Top of DATA FOR ANALYSIS
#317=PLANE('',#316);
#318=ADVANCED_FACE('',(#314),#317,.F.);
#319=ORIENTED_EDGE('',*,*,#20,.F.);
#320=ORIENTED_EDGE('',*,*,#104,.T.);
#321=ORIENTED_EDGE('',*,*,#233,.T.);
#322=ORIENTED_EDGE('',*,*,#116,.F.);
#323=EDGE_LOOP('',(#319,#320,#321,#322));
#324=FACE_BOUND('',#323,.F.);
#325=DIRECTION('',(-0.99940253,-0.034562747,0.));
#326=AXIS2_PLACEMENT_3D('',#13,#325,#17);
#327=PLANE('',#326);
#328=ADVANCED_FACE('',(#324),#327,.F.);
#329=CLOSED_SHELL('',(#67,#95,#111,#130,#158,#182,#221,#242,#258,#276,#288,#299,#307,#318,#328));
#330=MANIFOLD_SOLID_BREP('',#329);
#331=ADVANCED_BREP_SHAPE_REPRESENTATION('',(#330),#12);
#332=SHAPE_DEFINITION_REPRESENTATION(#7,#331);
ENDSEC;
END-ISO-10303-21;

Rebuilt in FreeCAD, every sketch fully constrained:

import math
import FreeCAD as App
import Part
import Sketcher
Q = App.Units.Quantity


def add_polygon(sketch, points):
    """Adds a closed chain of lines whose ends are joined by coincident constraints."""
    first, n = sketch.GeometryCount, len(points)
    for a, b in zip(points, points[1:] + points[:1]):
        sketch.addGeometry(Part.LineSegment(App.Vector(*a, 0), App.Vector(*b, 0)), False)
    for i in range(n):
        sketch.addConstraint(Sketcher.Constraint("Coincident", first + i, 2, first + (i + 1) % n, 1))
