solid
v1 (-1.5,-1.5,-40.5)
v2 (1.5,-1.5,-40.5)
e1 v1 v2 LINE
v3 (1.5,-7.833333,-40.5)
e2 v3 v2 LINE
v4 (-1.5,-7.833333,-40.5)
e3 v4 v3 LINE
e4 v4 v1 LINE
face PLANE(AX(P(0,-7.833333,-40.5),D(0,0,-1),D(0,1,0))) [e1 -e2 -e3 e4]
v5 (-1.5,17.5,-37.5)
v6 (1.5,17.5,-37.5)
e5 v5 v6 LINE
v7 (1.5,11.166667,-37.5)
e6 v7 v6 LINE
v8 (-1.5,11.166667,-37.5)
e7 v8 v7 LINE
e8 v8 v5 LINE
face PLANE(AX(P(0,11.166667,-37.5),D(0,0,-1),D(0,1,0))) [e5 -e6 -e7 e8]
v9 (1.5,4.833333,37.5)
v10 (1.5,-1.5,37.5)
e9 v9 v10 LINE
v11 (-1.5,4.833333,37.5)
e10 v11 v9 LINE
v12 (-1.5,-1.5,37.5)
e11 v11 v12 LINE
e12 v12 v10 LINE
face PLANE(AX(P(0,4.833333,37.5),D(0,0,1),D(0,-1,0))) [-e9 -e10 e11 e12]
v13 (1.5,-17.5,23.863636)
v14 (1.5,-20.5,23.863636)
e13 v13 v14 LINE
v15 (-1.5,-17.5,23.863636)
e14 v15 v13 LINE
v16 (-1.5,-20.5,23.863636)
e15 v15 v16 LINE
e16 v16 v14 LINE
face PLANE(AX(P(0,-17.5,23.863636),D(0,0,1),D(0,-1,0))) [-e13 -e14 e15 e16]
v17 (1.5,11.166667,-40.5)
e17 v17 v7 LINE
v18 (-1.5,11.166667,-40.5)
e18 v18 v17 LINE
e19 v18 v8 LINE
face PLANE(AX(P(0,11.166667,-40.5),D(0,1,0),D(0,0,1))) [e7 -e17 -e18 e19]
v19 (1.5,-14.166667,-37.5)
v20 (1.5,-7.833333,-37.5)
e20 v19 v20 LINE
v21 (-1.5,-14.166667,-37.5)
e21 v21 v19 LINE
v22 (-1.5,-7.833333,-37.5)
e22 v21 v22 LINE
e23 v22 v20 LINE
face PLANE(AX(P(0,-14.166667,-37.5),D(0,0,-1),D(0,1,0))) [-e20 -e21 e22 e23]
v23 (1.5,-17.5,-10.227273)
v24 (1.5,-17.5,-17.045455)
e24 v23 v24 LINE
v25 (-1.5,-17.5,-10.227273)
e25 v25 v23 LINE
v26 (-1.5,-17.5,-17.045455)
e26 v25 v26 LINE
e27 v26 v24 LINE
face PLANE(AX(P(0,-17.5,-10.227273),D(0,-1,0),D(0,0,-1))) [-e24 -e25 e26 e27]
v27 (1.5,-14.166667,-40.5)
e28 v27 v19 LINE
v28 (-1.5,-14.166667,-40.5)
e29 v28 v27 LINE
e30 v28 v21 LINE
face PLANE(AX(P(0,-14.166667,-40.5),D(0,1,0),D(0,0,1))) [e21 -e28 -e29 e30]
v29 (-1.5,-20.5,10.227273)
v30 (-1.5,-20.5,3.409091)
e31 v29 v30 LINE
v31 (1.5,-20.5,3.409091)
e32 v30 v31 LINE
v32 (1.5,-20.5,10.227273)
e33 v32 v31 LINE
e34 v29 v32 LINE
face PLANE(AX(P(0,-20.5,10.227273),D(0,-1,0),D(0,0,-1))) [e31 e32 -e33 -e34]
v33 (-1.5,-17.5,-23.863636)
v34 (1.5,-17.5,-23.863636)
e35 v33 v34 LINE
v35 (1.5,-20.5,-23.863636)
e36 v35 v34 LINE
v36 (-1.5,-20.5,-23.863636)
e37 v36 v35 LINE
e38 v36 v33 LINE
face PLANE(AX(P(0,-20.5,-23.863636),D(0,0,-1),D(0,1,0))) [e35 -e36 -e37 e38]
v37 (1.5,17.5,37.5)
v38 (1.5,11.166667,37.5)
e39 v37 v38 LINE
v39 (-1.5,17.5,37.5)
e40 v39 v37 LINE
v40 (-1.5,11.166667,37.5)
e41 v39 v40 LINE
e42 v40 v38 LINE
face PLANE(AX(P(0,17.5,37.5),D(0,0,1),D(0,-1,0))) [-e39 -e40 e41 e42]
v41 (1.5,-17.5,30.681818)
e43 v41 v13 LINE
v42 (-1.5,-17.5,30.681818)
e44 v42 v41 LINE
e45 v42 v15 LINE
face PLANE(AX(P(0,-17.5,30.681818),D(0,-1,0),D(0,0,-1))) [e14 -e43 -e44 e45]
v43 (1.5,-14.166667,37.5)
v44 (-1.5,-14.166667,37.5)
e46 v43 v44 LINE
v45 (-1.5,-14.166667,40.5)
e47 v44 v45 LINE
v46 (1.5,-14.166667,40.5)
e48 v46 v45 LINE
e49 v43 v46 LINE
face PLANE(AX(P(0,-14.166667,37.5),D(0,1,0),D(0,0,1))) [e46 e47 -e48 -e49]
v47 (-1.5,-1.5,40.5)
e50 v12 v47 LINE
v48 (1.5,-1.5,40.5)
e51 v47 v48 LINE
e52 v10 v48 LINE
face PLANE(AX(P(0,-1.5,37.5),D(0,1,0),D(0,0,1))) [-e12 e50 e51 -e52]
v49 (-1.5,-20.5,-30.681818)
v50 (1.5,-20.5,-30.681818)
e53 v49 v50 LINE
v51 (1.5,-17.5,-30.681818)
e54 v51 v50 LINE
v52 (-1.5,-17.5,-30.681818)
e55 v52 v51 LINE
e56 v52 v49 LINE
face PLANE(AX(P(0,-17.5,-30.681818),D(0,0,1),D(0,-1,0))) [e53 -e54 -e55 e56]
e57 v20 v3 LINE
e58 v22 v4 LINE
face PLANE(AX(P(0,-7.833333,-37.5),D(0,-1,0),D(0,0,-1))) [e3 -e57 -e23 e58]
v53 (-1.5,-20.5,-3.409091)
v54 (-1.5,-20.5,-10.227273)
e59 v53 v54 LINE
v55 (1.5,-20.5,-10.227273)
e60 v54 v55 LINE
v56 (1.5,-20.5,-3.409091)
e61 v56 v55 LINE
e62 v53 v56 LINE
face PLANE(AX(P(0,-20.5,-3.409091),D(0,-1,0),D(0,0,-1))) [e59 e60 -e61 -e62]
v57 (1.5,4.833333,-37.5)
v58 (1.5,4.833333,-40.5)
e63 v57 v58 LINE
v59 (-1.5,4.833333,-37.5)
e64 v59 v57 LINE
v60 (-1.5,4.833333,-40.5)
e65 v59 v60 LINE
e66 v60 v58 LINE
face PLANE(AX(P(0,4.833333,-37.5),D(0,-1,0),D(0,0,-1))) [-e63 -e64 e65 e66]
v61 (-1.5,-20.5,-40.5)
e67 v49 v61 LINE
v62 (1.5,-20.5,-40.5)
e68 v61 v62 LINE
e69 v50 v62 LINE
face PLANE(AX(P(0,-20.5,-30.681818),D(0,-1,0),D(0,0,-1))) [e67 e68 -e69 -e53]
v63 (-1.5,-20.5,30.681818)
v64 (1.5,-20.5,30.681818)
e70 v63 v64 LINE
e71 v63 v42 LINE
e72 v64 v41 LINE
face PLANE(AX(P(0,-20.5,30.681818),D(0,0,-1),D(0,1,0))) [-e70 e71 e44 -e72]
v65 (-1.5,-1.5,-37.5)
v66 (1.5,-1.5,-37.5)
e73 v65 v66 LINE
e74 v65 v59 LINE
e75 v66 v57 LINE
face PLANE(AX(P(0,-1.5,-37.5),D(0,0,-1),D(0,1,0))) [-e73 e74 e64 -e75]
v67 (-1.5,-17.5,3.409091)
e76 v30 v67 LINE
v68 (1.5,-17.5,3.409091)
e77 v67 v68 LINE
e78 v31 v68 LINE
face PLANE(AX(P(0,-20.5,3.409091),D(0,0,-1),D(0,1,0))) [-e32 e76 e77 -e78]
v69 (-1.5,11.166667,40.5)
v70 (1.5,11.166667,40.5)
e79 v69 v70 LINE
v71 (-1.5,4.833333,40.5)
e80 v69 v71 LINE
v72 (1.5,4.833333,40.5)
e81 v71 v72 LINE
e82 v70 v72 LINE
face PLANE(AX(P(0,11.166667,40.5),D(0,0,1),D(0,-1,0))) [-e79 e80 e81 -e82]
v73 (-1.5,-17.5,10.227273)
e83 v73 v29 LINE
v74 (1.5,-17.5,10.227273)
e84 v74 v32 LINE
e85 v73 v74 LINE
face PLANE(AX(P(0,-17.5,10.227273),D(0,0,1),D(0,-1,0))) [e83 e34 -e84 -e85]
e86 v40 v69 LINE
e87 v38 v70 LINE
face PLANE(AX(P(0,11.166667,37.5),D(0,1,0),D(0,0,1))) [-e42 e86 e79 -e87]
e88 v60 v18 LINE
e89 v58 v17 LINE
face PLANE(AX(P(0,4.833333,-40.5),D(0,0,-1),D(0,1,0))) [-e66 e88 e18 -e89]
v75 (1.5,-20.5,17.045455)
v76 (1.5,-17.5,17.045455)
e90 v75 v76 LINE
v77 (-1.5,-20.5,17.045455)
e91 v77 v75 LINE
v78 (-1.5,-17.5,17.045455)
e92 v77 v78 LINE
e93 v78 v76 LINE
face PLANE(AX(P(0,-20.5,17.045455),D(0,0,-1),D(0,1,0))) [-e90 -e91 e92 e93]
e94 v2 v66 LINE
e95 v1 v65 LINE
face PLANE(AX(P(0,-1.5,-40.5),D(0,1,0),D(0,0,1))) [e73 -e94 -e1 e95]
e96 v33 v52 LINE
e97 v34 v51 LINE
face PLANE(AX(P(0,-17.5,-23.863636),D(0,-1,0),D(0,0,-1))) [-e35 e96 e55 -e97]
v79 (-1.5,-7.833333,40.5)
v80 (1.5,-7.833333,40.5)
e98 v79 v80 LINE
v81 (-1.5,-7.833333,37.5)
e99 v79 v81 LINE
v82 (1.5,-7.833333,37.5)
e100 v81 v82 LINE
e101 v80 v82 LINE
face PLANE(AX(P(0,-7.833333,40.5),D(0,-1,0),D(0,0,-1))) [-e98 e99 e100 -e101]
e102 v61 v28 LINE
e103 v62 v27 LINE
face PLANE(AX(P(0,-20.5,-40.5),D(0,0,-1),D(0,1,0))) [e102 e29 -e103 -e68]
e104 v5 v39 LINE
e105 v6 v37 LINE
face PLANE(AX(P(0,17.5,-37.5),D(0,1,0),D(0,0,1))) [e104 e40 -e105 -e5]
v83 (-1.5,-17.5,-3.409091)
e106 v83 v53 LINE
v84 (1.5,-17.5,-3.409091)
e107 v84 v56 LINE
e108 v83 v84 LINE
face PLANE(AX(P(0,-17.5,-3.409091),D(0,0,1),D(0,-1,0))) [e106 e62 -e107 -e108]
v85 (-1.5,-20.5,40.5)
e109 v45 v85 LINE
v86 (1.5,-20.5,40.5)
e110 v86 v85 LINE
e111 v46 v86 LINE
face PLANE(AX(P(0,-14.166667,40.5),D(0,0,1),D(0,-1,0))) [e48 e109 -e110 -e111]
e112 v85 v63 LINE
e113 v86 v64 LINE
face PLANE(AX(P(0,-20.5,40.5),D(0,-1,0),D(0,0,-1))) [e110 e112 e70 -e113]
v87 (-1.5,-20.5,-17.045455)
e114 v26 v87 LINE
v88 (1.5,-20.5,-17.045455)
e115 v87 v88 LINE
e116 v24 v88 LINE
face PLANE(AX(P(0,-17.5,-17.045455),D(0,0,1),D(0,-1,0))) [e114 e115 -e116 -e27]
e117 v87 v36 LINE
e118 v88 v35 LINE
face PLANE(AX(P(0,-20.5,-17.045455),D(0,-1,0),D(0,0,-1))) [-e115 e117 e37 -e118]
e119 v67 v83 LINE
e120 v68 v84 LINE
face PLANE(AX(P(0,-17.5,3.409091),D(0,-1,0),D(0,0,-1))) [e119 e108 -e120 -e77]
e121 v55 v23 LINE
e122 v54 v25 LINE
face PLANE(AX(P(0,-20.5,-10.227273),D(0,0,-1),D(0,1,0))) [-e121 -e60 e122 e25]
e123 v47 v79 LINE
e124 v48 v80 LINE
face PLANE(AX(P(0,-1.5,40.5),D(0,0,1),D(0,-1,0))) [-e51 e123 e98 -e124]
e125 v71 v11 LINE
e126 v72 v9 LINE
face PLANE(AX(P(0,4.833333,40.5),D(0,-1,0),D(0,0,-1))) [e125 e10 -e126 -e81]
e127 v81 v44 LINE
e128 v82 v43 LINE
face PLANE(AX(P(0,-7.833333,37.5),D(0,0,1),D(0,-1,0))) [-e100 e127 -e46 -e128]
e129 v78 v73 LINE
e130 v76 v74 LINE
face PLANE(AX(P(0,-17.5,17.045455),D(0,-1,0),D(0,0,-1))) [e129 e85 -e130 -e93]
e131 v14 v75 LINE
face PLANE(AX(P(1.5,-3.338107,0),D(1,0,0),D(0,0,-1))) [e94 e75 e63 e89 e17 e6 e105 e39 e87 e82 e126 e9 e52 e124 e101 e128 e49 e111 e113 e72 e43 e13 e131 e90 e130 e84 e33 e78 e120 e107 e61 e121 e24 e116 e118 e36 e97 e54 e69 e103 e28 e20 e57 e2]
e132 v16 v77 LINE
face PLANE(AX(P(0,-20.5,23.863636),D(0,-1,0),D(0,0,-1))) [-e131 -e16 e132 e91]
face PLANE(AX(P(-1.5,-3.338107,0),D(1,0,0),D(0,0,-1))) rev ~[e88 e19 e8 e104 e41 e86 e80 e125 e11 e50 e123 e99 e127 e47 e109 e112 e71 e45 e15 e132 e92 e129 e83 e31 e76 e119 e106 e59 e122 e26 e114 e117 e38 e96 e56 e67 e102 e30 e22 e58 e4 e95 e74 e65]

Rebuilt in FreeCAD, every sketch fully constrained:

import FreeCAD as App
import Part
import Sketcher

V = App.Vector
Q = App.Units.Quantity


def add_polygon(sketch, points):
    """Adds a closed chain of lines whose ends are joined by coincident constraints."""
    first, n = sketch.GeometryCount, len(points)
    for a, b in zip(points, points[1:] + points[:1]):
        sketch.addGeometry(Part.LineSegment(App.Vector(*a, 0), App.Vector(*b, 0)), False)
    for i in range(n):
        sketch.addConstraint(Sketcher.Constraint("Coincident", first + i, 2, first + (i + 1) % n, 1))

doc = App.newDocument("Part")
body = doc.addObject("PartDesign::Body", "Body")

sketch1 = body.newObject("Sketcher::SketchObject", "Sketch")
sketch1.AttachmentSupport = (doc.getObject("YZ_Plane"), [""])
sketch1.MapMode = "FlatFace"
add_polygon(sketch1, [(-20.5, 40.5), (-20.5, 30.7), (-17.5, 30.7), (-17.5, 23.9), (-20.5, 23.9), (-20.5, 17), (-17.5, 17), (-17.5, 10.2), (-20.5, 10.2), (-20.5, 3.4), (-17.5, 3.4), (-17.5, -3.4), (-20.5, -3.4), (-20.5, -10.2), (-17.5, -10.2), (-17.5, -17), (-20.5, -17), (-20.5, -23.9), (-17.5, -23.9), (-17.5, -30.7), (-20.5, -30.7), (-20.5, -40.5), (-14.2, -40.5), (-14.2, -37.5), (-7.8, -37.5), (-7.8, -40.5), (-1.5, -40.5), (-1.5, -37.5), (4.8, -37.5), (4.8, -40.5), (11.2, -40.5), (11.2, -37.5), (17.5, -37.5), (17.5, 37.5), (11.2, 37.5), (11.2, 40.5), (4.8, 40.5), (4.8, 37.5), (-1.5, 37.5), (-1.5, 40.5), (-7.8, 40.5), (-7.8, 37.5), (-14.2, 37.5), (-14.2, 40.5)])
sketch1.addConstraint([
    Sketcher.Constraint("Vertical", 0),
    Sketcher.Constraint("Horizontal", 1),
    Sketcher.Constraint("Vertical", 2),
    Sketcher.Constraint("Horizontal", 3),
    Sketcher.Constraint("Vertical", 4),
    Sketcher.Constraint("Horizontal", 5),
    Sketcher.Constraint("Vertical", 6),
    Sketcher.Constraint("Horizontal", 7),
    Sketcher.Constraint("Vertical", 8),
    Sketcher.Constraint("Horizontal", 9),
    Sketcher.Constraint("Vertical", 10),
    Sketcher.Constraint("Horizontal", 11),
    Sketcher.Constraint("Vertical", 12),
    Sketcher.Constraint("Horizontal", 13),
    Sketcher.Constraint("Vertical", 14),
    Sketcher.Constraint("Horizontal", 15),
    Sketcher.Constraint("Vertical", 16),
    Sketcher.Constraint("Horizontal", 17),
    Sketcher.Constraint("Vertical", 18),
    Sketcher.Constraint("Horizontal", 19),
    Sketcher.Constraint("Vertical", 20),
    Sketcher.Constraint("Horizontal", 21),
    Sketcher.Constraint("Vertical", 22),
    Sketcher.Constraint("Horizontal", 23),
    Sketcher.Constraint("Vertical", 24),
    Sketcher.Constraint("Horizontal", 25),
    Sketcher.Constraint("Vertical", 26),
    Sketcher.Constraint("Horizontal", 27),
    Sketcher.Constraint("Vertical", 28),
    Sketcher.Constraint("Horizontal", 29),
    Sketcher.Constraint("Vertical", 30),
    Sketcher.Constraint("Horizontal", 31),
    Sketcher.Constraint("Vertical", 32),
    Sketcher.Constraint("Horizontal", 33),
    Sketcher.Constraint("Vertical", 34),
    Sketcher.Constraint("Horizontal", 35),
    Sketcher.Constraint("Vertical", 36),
Bottom of DATA FOR ANALYSIS
(WHAT IS BEING ASKED): Give again exactly, and only, the lines above starting at the one with "v81 (-1.5,-7.833333,37.5)" and ending at the one with "e131 v14 v75 LINE".

(TASK RESPONSE):
v81 (-1.5,-7.833333,37.5)
e99 v79 v81 LINE
v82 (1.5,-7.833333,37.5)
e100 v81 v82 LINE
e101 v80 v82 LINE
face PLANE(AX(P(0,-7.833333,40.5),D(0,-1,0),D(0,0,-1))) [-e98 e99 e100 -e101]
e102 v61 v28 LINE
e103 v62 v27 LINE
face PLANE(AX(P(0,-20.5,-40.5),D(0,0,-1),D(0,1,0))) [e102 e29 -e103 -e68]
e104 v5 v39 LINE
e105 v6 v37 LINE
face PLANE(AX(P(0,17.5,-37.5),D(0,1,0),D(0,0,1))) [e104 e40 -e105 -e5]
v83 (-1.5,-17.5,-3.409091)
e106 v83 v53 LINE
v84 (1.5,-17.5,-3.409091)
e107 v84 v56 LINE
e108 v83 v84 LINE
face PLANE(AX(P(0,-17.5,-3.409091),D(0,0,1),D(0,-1,0))) [e106 e62 -e107 -e108]
v85 (-1.5,-20.5,40.5)
e109 v45 v85 LINE
v86 (1.5,-20.5,40.5)
e110 v86 v85 LINE
e111 v46 v86 LINE
face PLANE(AX(P(0,-14.166667,40.5),D(0,0,1),D(0,-1,0))) [e48 e109 -e110 -e111]
e112 v85 v63 LINE
e113 v86 v64 LINE
face PLANE(AX(P(0,-20.5,40.5),D(0,-1,0),D(0,0,-1))) [e110 e112 e70 -e113]
v87 (-1.5,-20.5,-17.045455)
e114 v26 v87 LINE
v88 (1.5,-20.5,-17.045455)
e115 v87 v88 LINE
e116 v24 v88 LINE
face PLANE(AX(P(0,-17.5,-17.045455),D(0,0,1),D(0,-1,0))) [e114 e115 -e116 -e27]
e117 v87 v36 LINE
e118 v88 v35 LINE
face PLANE(AX(P(0,-20.5,-17.045455),D(0,-1,0),D(0,0,-1))) [-e115 e117 e37 -e118]
e119 v67 v83 LINE
e120 v68 v84 LINE
face PLANE(AX(P(0,-17.5,3.409091),D(0,-1,0),D(0,0,-1))) [e119 e108 -e120 -e77]
e121 v55 v23 LINE
e122 v54 v25 LINE
face PLANE(AX(P(0,-20.5,-10.227273),D(0,0,-1),D(0,1,0))) [-e121 -e60 e122 e25]
e123 v47 v79 LINE
e124 v48 v80 LINE
face PLANE(AX(P(0,-1.5,40.5),D(0,0,1),D(0,-1,0))) [-e51 e123 e98 -e124]
e125 v71 v11 LINE
e126 v72 v9 LINE
face PLANE(AX(P(0,4.833333,40.5),D(0,-1,0),D(0,0,-1))) [e125 e10 -e126 -e81]
e127 v81 v44 LINE
e128 v82 v43 LINE
face PLANE(AX(P(0,-7.833333,37.5),D(0,0,1),D(0,-1,0))) [-e100 e127 -e46 -e128]
e129 v78 v73 LINE
e130 v76 v74 LINE
face PLANE(AX(P(0,-17.5,17.045455),D(0,-1,0),D(0,0,-1))) [e129 e85 -e130 -e93]
e131 v14 v75 LINE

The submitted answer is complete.